DIRECTIONS FOR THIS TASK - The entries below should be transcribed in their entirety, exactly as written.

Saved data entries:
== Segment start ==

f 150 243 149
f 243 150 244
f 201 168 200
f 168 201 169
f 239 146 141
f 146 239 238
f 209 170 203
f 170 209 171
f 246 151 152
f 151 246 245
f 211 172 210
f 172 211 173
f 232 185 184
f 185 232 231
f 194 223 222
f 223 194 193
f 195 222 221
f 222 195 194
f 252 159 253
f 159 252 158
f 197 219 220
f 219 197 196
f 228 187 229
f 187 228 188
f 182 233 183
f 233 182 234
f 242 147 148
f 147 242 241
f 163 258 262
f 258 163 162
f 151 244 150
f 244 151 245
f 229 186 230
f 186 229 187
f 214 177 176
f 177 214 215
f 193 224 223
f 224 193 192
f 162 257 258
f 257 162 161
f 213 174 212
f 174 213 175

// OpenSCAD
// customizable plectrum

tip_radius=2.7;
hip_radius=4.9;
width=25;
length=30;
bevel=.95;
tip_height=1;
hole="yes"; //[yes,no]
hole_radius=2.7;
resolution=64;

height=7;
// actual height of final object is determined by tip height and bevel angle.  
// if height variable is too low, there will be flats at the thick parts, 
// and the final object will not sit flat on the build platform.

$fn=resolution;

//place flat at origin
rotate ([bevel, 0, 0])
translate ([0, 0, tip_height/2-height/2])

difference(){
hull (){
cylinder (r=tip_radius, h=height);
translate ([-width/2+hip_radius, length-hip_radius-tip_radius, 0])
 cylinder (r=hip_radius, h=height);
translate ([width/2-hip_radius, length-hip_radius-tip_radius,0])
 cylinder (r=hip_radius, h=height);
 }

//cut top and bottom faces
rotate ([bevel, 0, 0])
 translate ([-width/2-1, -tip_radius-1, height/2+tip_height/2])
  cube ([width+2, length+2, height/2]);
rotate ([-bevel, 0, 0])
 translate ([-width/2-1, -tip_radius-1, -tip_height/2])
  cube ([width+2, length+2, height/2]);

== Segment end ==

OUTPUT FOR THIS EXERCISE -
f 150 243 149
f 243 150 244
f 201 168 200
f 168 201 169
f 239 146 141
f 146 239 238
f 209 170 203
f 170 209 171
f 246 151 152
f 151 246 245
f 211 172 210
f 172 211 173
f 232 185 184
f 185 232 231
f 194 223 222
f 223 194 193
f 195 222 221
f 222 195 194
f 252 159 253
f 159 252 158
f 197 219 220
f 219 197 196
f 228 187 229
f 187 228 188
f 182 233 183
f 233 182 234
f 242 147 148
f 147 242 241
f 163 258 262
f 258 163 162
f 151 244 150
f 244 151 245
f 229 186 230
f 186 229 187
f 214 177 176
f 177 214 215
f 193 224 223
f 224 193 192
f 162 257 258
f 257 162 161
f 213 174 212
f 174 213 175

// OpenSCAD
// customizable plectrum

tip_radius=2.7;
hip_radius=4.9;
width=25;
length=30;
bevel=.95;
tip_height=1;
hole="yes"; //[yes,no]
hole_radius=2.7;
resolution=64;

height=7;
// actual height of final object is determined by tip height and bevel angle.  
// if height variable is too low, there will be flats at the thick parts, 
// and the final object will not sit flat on the build platform.

$fn=resolution;

//place flat at origin
rotate ([bevel, 0, 0])
translate ([0, 0, tip_height/2-height/2])

difference(){
hull (){
cylinder (r=tip_radius, h=height);
translate ([-width/2+hip_radius, length-hip_radius-tip_radius, 0])
 cylinder (r=hip_radius, h=height);
translate ([width/2-hip_radius, length-hip_radius-tip_radius,0])
 cylinder (r=hip_radius, h=height);
 }

//cut top and bottom faces
rotate ([bevel, 0, 0])
 translate ([-width/2-1, -tip_radius-1, height/2+tip_height/2])
  cube ([width+2, length+2, height/2]);
rotate ([-bevel, 0, 0])
 translate ([-width/2-1, -tip_radius-1, -tip_height/2])
  cube ([width+2, length+2, height/2]);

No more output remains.